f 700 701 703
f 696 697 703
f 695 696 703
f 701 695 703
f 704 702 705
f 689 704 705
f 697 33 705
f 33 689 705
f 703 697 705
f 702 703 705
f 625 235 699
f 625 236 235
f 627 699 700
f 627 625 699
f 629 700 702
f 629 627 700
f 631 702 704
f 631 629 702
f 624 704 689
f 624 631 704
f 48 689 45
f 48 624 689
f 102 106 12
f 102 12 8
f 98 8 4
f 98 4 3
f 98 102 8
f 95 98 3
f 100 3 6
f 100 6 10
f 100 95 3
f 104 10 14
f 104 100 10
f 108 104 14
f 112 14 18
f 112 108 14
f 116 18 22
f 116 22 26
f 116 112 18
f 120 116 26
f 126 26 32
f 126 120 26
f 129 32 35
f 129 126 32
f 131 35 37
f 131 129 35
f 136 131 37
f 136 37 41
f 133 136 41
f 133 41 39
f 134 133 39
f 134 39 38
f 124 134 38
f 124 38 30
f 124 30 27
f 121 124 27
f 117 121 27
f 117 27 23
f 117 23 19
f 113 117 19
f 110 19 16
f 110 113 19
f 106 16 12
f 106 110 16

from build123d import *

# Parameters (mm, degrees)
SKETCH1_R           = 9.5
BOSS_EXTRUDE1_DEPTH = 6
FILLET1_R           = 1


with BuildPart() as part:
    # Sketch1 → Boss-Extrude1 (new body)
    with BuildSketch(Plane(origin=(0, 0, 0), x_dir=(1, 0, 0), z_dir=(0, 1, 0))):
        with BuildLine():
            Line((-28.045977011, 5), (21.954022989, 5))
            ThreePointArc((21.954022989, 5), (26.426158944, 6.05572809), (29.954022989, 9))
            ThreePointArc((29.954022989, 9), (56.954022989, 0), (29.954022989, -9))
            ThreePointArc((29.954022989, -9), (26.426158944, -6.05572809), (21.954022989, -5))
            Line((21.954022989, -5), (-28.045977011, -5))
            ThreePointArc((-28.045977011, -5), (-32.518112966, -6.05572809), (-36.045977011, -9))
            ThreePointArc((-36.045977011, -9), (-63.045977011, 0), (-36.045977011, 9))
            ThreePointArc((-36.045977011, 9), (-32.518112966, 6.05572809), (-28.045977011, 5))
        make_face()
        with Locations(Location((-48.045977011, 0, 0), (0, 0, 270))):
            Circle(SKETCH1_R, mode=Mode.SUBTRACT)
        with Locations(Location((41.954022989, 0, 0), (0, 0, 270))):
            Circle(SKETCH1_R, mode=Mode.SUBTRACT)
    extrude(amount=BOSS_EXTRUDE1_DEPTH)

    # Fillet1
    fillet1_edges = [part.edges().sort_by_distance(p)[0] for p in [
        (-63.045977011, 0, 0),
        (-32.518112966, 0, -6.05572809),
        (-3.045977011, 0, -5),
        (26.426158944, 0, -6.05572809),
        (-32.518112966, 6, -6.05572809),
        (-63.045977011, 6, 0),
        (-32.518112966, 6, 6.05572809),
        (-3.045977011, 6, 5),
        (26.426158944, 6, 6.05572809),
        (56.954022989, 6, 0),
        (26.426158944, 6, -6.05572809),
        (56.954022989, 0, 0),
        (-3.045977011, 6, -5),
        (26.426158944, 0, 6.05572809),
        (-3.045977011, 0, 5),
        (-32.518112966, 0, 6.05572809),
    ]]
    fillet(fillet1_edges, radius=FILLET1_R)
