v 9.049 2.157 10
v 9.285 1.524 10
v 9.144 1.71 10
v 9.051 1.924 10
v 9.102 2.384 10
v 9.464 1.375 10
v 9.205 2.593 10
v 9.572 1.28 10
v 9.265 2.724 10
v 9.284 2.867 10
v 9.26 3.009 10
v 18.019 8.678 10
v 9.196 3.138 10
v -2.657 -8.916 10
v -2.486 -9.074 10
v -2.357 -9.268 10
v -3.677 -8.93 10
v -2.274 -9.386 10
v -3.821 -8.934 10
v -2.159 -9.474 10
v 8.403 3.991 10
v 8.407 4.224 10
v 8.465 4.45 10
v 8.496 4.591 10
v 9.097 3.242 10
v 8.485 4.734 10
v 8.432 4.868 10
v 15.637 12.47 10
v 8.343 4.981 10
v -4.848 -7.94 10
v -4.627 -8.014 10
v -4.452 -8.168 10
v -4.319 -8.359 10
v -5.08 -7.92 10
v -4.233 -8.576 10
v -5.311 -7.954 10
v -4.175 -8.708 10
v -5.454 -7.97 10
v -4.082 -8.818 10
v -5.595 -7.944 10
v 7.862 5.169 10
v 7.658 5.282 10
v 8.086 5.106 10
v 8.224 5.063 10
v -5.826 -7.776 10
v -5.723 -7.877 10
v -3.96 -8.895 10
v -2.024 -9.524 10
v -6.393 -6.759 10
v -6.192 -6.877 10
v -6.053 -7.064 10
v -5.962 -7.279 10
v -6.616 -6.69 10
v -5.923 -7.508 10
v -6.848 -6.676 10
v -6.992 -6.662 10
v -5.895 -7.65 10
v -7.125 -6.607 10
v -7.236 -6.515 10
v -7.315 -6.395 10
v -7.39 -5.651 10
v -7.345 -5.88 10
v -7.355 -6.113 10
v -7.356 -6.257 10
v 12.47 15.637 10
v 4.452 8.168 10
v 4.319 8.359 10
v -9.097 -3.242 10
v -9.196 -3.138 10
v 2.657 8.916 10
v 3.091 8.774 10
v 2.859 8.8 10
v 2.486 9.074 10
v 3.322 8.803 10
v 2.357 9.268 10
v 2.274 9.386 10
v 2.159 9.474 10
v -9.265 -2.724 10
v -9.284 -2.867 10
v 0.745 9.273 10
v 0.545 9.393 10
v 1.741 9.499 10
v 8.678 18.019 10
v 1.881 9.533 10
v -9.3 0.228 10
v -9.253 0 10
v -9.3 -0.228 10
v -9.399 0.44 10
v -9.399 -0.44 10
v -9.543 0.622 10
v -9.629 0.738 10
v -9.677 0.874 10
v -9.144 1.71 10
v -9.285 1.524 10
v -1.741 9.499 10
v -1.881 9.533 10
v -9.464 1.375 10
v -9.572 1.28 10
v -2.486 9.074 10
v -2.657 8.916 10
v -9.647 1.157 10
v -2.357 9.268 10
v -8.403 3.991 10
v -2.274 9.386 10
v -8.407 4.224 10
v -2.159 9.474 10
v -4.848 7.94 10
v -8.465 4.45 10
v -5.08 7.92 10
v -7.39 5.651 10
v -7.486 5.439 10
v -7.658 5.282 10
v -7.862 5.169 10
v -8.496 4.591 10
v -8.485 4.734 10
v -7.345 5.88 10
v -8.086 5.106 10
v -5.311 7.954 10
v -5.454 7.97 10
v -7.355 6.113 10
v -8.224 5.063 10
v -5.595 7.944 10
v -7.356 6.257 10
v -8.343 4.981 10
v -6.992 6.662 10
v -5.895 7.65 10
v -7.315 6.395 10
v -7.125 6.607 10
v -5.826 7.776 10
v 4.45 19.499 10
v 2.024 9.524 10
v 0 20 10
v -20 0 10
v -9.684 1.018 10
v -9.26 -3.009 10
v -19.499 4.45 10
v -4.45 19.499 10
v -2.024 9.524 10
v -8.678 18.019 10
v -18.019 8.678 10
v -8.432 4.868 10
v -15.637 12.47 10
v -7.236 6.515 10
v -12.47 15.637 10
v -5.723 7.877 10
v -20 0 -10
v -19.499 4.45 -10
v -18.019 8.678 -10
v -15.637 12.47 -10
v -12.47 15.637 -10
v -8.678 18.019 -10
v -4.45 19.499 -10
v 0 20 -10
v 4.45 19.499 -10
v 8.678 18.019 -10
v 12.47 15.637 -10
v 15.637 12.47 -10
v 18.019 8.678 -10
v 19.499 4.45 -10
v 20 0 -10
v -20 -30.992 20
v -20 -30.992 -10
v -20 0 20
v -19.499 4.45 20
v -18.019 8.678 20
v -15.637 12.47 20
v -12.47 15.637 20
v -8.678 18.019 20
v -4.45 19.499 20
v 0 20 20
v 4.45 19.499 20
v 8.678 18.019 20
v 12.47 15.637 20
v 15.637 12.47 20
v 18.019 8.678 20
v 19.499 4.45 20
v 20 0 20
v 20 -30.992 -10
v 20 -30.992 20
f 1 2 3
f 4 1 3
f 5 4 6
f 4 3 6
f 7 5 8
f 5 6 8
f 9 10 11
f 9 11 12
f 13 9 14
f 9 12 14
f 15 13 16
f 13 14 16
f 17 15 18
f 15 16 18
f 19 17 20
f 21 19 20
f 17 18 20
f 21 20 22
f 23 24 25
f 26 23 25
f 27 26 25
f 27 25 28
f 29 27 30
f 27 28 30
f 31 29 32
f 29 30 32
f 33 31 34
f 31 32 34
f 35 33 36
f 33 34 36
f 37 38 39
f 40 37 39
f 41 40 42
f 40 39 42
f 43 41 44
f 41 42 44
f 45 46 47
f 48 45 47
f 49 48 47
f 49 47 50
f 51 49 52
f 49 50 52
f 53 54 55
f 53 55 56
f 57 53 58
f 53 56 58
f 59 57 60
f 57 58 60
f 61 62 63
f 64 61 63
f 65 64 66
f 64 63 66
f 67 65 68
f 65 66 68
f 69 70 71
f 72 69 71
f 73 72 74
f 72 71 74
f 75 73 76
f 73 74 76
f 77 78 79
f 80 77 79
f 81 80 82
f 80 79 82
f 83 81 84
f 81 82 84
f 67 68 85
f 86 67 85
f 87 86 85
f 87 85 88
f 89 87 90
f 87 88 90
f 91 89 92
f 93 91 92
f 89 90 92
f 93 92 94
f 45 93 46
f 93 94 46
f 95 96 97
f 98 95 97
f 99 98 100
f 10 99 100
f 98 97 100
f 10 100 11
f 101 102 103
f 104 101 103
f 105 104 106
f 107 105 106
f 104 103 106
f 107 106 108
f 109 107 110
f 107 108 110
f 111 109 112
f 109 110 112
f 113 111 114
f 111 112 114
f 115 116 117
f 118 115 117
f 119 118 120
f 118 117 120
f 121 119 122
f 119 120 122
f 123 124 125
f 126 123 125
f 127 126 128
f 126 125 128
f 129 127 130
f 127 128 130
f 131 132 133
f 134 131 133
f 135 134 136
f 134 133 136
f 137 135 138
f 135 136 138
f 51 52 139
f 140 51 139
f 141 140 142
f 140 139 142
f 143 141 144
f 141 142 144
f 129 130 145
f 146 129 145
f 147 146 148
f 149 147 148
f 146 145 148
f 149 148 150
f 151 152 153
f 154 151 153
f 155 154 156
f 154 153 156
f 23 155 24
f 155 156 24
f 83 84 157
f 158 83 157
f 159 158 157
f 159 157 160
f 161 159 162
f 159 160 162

- Work instructions
Write out exactly the lines above between the line with "f 625 236 235" and the line with "Line((-28.045977011, 5), (21.954022989, 5))", inclusive, and nothing beyond them.

- Completed task
f 625 236 235
f 627 699 700
f 627 625 699
f 629 700 702
f 629 627 700
f 631 702 704
f 631 629 702
f 624 704 689
f 624 631 704
f 48 689 45
f 48 624 689
f 102 106 12
f 102 12 8
f 98 8 4
f 98 4 3
f 98 102 8
f 95 98 3
f 100 3 6
f 100 6 10
f 100 95 3
f 104 10 14
f 104 100 10
f 108 104 14
f 112 14 18
f 112 108 14
f 116 18 22
f 116 22 26
f 116 112 18
f 120 116 26
f 126 26 32
f 126 120 26
f 129 32 35
f 129 126 32
f 131 35 37
f 131 129 35
f 136 131 37
f 136 37 41
f 133 136 41
f 133 41 39
f 134 133 39
f 134 39 38
f 124 134 38
f 124 38 30
f 124 30 27
f 121 124 27
f 117 121 27
f 117 27 23
f 117 23 19
f 113 117 19
f 110 19 16
f 110 113 19
f 106 16 12
f 106 110 16

from build123d import *

# Parameters (mm, degrees)
SKETCH1_R           = 9.5
BOSS_EXTRUDE1_DEPTH = 6
FILLET1_R           = 1


with BuildPart() as part:
    # Sketch1 → Boss-Extrude1 (new body)
    with BuildSketch(Plane(origin=(0, 0, 0), x_dir=(1, 0, 0), z_dir=(0, 1, 0))):
        with BuildLine():
            Line((-28.045977011, 5), (21.954022989, 5))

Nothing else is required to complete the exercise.